Rust, we always see it in Florida, especially if you live at the edge of a
swamp like I do.
However if you don't wait until the steel has completely crumbled into rust
flakes , so it is just brown and fairly smooth, there is a great class of
products to remove the rust and not precipitate an insulating coating one is
not seeking on an electrical connection.(I don't use "Naval Jelly") Go to
your local GUN SHOP, and get bluing and rust remover. it is a clear liquid
and devolves the rust so it and the liquid residue can be just wiped away.
(Follow directions on the bottle.) I spread it on with a "Q-TIP" or an
artists brush. As a fairly long term protectant, I use "Kiwi brand Mink
Oil" Neutral boot wax product. It lasts for a year or two even on things you
handle, I use it on the outside of my shotgun. it stops sweaty fingerprints
from showing up as brown ovals...
On electrical connections , especially on aluminum to copper split bolt
splices I used Vasoline and had no corrosion after 16 years in a plastic box
with a screwed on gasketed lid mounted outside in the weather. at my last
house.
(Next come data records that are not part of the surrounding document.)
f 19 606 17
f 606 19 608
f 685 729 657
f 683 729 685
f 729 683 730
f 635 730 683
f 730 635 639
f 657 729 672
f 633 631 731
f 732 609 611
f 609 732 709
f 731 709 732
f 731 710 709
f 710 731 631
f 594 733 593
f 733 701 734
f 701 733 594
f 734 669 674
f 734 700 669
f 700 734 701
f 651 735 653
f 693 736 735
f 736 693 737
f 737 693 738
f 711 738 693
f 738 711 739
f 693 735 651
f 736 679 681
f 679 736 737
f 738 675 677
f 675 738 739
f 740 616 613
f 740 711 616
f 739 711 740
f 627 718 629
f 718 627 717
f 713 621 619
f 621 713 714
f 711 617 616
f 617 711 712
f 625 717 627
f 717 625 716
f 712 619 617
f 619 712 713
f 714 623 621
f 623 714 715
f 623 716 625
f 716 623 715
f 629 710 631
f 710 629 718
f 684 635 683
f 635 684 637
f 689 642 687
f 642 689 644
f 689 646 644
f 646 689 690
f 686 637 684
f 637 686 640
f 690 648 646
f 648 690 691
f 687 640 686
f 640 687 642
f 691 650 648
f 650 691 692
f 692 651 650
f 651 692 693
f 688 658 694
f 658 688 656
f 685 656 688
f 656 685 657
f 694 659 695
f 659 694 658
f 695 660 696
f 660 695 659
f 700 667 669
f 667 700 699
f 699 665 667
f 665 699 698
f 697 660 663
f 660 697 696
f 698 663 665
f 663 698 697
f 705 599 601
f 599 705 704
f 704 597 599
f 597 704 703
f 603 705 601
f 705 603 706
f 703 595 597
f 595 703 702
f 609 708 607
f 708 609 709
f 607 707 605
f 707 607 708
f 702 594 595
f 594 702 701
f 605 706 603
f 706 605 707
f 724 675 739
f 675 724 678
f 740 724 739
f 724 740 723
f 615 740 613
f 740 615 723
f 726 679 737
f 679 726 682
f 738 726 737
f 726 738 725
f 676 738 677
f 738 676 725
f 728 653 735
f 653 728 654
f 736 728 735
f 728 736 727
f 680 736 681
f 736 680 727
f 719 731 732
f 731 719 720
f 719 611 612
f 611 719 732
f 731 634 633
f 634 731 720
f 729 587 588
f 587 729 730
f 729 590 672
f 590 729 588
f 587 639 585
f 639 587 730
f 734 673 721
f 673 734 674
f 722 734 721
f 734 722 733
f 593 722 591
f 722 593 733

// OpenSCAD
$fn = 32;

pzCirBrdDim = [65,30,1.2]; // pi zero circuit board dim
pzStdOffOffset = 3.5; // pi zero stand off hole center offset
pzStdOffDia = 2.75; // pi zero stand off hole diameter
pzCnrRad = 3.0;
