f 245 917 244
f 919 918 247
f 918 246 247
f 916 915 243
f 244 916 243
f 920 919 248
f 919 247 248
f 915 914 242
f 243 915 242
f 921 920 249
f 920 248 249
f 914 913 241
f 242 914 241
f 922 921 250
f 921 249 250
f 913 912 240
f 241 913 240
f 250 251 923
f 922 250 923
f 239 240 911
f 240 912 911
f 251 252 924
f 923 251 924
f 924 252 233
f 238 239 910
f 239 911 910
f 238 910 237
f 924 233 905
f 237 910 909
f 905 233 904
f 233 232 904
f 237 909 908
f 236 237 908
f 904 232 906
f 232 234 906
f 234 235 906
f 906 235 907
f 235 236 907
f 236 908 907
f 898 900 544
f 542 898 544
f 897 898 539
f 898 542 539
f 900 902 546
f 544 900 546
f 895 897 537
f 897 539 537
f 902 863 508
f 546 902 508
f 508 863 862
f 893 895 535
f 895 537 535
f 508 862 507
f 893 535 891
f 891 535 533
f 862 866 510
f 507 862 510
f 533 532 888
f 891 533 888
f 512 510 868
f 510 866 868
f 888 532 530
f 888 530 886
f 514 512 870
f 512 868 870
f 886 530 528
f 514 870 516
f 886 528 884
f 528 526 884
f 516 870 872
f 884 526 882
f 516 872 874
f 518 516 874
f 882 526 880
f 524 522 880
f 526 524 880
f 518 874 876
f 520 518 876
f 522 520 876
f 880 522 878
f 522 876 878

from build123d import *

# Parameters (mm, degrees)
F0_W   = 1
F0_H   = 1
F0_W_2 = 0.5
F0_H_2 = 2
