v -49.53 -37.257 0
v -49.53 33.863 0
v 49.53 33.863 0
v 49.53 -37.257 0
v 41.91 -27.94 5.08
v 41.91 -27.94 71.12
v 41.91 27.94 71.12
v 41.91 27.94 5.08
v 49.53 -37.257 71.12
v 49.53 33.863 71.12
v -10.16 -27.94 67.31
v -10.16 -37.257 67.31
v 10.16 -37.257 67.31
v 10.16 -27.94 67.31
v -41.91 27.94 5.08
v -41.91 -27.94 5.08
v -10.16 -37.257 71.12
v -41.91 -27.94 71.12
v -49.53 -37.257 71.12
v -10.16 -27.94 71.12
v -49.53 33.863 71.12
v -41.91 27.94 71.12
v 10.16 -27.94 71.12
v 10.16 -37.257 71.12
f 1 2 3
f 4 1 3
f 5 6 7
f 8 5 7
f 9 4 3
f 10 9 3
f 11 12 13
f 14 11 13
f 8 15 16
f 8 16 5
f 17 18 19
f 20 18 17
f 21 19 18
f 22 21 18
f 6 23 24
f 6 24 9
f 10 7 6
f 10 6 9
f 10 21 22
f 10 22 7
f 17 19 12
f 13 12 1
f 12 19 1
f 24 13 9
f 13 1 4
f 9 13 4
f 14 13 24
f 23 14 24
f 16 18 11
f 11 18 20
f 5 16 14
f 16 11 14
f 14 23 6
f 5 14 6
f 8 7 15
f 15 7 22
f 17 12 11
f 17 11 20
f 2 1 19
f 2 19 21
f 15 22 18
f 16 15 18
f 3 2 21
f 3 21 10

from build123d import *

# Parameters (mm, degrees)
F0_W     = 99.06
F0_H     = 71.12
F1_DEPTH = 71.12
F2_W     = 41.91
F2_H     = 27.94
F3_DEPTH = 66.04
F4_W     = 20.32
F4_H     = 3.81
F5_DEPTH = 10.16


with BuildPart() as f1:
    # F0 (on Top) → F1 (new body)
    with BuildSketch(Plane.XY):
        with Locations((0, -1.696959)):
            Rectangle(F0_W, F0_H)
    extrude(amount=F1_DEPTH)

    # F2 (on face) → F3 (cut)
    with BuildSketch(Plane.XY.offset(71.12)):
        with Locations((-20.955, 13.97)):
            Rectangle(F2_W, F2_H)
        with Locations((20.955, 13.97)):
            Rectangle(F2_W, F2_H)
        with Locations((20.955, -13.97)):
            Rectangle(F2_W, F2_H)
        with Locations((-20.955, -13.97)):
            Rectangle(F2_W, F2_H)
    extrude(amount=-F3_DEPTH, mode=Mode.SUBTRACT)

    # F4 (on face) → F5 (cut)
    with BuildSketch(Plane.XZ.offset(37.256959)):
        with Locations((0, 69.215)):
            Rectangle(F4_W, F4_H)
    extrude(amount=-F5_DEPTH, mode=Mode.SUBTRACT)


solid = f1.part
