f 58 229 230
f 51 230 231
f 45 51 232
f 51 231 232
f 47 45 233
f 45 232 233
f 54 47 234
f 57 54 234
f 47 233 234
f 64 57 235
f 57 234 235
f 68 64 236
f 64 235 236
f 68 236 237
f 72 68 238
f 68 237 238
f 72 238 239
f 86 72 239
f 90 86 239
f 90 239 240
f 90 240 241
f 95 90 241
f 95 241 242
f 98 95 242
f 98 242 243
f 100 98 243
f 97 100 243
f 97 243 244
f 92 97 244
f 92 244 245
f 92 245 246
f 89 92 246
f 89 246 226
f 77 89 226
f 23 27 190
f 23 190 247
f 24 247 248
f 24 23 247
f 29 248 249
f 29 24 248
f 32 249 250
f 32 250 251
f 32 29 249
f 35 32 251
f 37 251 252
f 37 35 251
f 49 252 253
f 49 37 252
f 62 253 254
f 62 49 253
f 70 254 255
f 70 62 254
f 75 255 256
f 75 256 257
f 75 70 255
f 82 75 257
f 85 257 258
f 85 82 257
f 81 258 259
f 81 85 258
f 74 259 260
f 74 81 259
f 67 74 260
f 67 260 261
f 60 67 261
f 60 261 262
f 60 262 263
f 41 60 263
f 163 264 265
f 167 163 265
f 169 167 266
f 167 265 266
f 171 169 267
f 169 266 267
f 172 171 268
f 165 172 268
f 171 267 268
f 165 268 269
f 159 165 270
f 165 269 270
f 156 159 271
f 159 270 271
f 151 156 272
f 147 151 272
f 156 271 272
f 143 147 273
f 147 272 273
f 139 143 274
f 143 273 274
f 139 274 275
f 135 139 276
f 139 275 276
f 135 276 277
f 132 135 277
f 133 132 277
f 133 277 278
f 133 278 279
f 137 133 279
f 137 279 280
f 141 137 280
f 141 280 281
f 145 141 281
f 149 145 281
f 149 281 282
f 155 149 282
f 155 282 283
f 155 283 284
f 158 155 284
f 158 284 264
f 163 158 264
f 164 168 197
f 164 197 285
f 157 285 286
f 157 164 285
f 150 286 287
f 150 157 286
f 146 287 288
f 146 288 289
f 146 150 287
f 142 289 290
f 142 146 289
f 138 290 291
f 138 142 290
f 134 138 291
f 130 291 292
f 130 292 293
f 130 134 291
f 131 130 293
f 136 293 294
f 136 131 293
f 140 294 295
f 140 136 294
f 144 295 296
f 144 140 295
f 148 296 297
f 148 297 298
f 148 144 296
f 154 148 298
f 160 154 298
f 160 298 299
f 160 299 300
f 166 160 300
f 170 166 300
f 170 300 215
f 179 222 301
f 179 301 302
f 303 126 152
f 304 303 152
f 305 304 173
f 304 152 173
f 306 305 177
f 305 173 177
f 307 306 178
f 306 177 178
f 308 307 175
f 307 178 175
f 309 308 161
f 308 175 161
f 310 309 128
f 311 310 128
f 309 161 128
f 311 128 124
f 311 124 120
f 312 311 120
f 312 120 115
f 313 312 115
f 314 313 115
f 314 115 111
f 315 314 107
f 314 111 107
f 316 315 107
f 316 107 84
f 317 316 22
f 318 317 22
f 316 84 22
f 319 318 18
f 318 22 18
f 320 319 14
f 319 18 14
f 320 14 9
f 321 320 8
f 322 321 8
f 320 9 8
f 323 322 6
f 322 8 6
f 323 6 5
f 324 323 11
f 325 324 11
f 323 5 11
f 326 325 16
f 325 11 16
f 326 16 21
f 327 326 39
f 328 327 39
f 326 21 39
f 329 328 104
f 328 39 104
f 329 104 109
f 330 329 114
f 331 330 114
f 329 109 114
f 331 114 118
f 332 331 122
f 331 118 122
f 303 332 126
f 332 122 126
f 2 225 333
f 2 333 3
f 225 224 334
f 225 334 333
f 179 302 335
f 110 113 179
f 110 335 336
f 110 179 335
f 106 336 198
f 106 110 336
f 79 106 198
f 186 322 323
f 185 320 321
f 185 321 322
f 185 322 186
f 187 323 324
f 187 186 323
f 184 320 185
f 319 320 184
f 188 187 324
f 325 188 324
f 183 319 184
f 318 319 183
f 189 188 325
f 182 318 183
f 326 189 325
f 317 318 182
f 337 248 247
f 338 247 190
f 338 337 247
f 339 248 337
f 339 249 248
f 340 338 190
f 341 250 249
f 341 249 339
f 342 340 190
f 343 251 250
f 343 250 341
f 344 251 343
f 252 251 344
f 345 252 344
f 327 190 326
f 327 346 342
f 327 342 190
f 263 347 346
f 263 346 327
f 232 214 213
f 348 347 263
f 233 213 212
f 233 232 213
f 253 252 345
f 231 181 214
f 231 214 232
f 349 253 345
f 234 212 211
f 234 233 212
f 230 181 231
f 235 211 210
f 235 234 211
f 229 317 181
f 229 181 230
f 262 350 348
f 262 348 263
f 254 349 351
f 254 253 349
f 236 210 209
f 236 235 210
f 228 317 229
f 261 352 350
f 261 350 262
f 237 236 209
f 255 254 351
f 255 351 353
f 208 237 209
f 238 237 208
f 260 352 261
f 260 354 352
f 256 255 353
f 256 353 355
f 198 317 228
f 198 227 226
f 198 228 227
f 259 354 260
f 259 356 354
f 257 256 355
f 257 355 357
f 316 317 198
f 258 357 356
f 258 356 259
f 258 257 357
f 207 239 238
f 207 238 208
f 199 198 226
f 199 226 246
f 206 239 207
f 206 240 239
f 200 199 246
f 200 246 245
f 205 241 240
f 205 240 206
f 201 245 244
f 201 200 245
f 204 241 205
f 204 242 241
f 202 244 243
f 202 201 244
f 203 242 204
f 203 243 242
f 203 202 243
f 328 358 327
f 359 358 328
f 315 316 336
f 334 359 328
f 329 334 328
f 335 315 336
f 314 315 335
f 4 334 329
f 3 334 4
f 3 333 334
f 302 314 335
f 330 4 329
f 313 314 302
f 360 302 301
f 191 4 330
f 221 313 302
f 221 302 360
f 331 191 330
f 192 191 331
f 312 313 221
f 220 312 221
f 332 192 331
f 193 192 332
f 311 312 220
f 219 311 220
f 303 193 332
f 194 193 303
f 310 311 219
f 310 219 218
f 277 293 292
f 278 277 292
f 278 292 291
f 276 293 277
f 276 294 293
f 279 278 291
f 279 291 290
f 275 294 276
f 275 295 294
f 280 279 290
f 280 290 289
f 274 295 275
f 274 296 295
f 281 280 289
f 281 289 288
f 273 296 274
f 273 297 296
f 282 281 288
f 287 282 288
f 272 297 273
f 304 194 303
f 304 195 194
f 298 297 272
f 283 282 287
Hopefully my success can guide you ...
Regards,
Dennis Lee Miles (Director) E.V.T.I. inc.
++++++++++++++++++++++++++++++++++++++++++++++++++++++++++++++++


> Jeff Shanab <[email protected]> wrote:
> 
> > >
> > > There are different grades of stainless steel and the lower grades of
> ...


----------



## EVDL List (Jul 27, 2007)

Its got a LOT to do with the moisture content and salinity of the air. If
you're near the coast, things rust a ton. I got a motorcycle from there, it
had been sitting for like 5 years. It was put away clean, but the air rusted
the tank through, rusted linkages and seized the throttle and choke cables.
It was stored in a garage about 10 miles inland.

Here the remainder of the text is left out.